» **Data extracts**:
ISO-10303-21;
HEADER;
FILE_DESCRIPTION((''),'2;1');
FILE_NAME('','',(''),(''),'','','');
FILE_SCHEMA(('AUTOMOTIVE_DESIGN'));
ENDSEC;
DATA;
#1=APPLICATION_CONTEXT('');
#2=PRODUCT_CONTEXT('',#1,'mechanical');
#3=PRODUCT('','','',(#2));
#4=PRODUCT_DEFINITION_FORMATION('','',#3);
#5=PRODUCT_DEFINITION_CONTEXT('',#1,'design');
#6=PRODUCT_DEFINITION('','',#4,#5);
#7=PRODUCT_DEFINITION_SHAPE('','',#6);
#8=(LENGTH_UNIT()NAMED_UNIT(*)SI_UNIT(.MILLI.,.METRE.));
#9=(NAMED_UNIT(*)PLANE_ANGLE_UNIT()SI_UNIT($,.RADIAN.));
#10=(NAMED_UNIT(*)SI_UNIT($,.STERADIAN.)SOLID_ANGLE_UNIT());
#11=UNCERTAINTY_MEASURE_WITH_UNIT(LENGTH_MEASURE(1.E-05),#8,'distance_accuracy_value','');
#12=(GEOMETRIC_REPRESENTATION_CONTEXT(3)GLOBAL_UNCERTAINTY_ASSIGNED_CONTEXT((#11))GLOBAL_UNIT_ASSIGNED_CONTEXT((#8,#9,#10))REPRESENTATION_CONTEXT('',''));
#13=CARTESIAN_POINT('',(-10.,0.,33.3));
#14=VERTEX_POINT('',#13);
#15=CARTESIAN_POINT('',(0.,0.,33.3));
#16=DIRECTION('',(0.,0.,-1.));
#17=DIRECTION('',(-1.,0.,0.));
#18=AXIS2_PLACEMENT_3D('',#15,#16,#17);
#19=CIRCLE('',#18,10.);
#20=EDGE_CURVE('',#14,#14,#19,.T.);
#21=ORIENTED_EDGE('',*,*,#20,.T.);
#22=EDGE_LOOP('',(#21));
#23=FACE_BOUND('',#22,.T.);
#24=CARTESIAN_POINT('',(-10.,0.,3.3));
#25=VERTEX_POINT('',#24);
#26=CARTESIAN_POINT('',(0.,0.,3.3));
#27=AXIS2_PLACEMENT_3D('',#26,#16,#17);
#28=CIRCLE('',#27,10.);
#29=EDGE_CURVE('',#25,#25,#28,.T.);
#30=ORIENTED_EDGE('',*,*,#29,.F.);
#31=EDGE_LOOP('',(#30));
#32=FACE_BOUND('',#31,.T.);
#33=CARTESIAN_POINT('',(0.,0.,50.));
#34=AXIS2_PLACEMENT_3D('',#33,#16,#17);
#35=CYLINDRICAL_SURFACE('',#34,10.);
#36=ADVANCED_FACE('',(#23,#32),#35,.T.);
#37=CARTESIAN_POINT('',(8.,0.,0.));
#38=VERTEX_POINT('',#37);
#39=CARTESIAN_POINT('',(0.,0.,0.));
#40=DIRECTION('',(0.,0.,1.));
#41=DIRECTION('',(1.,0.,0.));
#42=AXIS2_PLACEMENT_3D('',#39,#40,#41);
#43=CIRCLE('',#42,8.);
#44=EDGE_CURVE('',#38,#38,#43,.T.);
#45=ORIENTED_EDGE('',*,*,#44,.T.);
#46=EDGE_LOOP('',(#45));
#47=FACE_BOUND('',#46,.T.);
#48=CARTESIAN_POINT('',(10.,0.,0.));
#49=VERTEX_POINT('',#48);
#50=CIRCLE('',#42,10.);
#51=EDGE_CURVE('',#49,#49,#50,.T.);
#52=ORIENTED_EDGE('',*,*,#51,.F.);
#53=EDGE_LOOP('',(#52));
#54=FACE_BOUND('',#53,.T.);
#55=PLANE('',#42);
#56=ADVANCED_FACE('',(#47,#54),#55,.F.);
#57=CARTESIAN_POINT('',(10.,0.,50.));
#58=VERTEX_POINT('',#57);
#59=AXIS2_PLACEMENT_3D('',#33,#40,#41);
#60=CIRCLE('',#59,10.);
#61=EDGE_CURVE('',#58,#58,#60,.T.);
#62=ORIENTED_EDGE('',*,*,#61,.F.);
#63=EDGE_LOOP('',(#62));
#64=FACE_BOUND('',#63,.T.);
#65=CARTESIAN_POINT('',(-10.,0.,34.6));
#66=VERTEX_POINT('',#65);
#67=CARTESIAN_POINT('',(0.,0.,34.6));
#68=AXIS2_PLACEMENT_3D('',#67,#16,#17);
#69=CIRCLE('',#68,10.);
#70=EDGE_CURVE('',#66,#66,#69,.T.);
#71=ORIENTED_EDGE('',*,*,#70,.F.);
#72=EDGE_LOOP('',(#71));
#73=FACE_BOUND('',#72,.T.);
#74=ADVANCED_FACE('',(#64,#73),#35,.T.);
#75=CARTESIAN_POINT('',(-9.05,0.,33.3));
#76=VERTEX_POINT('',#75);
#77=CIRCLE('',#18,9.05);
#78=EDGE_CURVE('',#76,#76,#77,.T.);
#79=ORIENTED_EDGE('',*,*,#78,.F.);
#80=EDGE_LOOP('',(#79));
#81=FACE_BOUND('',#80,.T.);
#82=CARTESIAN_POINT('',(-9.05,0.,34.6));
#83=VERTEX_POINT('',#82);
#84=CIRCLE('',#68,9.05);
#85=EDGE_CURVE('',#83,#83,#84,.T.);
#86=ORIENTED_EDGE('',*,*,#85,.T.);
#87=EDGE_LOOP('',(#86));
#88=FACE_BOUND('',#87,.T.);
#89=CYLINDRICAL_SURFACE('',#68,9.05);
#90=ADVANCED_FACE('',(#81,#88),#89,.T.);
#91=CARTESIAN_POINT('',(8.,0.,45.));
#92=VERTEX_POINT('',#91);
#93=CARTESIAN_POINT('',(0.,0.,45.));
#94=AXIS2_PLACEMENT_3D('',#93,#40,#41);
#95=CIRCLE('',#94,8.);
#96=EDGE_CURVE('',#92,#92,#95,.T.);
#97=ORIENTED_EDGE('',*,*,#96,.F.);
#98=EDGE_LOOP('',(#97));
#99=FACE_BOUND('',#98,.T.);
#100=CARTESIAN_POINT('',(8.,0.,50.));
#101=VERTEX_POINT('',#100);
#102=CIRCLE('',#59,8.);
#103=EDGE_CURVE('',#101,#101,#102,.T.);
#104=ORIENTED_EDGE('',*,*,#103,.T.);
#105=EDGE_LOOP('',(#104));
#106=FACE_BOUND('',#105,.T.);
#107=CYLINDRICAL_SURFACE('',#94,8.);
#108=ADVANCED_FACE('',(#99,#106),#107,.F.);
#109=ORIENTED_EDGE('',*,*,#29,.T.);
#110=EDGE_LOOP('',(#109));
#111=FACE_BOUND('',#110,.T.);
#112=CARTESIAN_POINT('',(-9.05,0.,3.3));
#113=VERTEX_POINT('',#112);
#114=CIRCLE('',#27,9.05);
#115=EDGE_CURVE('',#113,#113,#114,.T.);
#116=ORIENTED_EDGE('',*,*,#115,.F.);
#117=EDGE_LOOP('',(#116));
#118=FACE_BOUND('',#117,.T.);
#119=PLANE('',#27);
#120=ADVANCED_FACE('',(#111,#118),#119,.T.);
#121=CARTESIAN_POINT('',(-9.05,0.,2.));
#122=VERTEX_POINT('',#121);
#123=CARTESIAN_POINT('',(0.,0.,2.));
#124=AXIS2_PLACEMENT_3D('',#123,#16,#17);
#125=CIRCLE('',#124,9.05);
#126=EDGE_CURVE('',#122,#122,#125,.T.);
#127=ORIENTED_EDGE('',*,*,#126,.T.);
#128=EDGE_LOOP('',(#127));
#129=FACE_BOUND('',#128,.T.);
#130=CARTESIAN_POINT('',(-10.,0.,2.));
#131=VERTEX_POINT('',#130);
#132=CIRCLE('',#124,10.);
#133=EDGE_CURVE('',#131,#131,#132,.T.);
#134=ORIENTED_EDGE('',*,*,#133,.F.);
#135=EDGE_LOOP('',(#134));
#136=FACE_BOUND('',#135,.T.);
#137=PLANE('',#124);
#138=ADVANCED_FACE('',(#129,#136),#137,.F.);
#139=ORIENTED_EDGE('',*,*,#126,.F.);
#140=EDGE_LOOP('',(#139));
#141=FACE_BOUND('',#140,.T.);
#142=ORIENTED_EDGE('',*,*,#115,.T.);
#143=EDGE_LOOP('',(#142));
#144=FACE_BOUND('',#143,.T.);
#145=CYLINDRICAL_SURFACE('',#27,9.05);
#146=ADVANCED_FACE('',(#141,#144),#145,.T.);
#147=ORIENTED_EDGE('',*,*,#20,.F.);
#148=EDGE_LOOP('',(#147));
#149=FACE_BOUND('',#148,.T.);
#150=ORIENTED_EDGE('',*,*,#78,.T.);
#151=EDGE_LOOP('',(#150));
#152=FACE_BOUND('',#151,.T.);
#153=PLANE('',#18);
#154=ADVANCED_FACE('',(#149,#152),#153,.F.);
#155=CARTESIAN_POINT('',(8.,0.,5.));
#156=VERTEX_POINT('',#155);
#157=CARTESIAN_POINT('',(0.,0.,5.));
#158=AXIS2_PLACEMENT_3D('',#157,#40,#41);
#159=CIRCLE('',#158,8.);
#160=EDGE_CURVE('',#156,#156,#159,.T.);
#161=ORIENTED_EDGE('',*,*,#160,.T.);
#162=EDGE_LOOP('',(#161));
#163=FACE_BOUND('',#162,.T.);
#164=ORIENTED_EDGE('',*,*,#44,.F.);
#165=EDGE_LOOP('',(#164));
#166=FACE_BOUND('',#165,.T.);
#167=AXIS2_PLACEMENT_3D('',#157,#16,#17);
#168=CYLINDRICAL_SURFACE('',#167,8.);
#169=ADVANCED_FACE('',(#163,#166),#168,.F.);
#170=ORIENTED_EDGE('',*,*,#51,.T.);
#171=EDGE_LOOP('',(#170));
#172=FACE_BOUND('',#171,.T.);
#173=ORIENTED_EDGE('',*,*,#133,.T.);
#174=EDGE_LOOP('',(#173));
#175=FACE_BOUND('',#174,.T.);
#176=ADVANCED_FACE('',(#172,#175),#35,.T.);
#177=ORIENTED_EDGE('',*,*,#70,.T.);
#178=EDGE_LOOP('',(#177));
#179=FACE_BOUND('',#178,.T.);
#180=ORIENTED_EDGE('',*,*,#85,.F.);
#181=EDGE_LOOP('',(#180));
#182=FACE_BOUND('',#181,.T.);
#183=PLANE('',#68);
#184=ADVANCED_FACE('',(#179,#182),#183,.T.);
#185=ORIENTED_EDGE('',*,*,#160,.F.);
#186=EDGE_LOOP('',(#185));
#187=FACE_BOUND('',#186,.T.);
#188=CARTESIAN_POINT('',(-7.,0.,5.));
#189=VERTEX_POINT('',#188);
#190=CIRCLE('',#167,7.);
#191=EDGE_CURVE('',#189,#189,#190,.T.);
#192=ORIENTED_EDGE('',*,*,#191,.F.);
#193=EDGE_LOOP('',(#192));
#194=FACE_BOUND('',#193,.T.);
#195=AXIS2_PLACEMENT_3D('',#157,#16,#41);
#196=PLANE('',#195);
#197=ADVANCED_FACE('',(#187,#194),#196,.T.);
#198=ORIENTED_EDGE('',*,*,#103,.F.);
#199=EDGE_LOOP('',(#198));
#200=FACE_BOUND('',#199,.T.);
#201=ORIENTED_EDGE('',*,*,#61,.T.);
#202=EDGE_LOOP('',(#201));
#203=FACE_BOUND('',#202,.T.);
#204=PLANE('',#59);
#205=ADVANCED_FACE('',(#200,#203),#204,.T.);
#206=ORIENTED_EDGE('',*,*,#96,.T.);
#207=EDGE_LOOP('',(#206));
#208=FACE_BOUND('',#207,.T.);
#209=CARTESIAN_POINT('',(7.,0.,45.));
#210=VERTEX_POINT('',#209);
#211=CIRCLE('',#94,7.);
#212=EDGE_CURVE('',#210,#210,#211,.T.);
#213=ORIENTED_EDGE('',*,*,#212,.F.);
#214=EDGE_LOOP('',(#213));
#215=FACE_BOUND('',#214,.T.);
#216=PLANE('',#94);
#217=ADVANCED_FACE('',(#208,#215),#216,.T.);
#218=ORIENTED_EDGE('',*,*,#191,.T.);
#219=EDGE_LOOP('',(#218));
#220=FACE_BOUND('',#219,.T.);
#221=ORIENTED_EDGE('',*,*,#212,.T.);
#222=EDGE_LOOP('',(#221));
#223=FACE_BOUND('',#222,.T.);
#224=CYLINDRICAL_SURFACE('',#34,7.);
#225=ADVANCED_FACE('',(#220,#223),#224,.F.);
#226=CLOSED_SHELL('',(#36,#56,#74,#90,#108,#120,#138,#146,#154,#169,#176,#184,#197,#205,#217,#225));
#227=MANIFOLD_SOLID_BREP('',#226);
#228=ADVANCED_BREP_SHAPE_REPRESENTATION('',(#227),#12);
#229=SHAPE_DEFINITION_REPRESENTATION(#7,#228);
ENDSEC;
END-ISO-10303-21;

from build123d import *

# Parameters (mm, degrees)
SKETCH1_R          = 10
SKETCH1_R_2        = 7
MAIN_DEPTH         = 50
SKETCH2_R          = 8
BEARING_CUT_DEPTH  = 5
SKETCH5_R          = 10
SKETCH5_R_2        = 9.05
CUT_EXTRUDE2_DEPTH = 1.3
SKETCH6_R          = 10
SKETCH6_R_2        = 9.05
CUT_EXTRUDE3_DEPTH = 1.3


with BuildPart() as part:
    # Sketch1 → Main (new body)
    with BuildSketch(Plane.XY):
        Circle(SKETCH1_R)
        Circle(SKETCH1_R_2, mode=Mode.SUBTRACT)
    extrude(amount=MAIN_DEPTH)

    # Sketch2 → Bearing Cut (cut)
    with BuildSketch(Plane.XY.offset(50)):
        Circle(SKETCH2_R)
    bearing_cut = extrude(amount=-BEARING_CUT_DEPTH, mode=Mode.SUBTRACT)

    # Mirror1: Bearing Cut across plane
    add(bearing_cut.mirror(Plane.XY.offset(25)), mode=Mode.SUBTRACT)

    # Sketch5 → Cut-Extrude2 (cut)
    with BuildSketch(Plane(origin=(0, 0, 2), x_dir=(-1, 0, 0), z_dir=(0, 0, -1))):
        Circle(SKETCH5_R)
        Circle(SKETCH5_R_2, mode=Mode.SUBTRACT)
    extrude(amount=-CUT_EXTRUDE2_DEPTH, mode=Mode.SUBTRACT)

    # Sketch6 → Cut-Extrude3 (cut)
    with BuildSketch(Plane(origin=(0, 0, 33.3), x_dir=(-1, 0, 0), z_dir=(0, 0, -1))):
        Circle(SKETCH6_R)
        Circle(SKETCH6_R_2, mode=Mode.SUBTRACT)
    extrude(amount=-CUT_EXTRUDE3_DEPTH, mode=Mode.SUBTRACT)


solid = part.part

» **Task prompt**: Please copy exactly the lines from the first line of the records above through the line containing "#8=(LENGTH_UNIT()NAMED_UNIT(*)SI_UNIT(.MILLI.,.METRE.));", including both, and nothing more.

» **Output**:
ISO-10303-21;
HEADER;
FILE_DESCRIPTION((''),'2;1');
FILE_NAME('','',(''),(''),'','','');
FILE_SCHEMA(('AUTOMOTIVE_DESIGN'));
ENDSEC;
DATA;
#1=APPLICATION_CONTEXT('');
#2=PRODUCT_CONTEXT('',#1,'mechanical');
#3=PRODUCT('','','',(#2));
#4=PRODUCT_DEFINITION_FORMATION('','',#3);
#5=PRODUCT_DEFINITION_CONTEXT('',#1,'design');
#6=PRODUCT_DEFINITION('','',#4,#5);
#7=PRODUCT_DEFINITION_SHAPE('','',#6);
#8=(LENGTH_UNIT()NAMED_UNIT(*)SI_UNIT(.MILLI.,.METRE.));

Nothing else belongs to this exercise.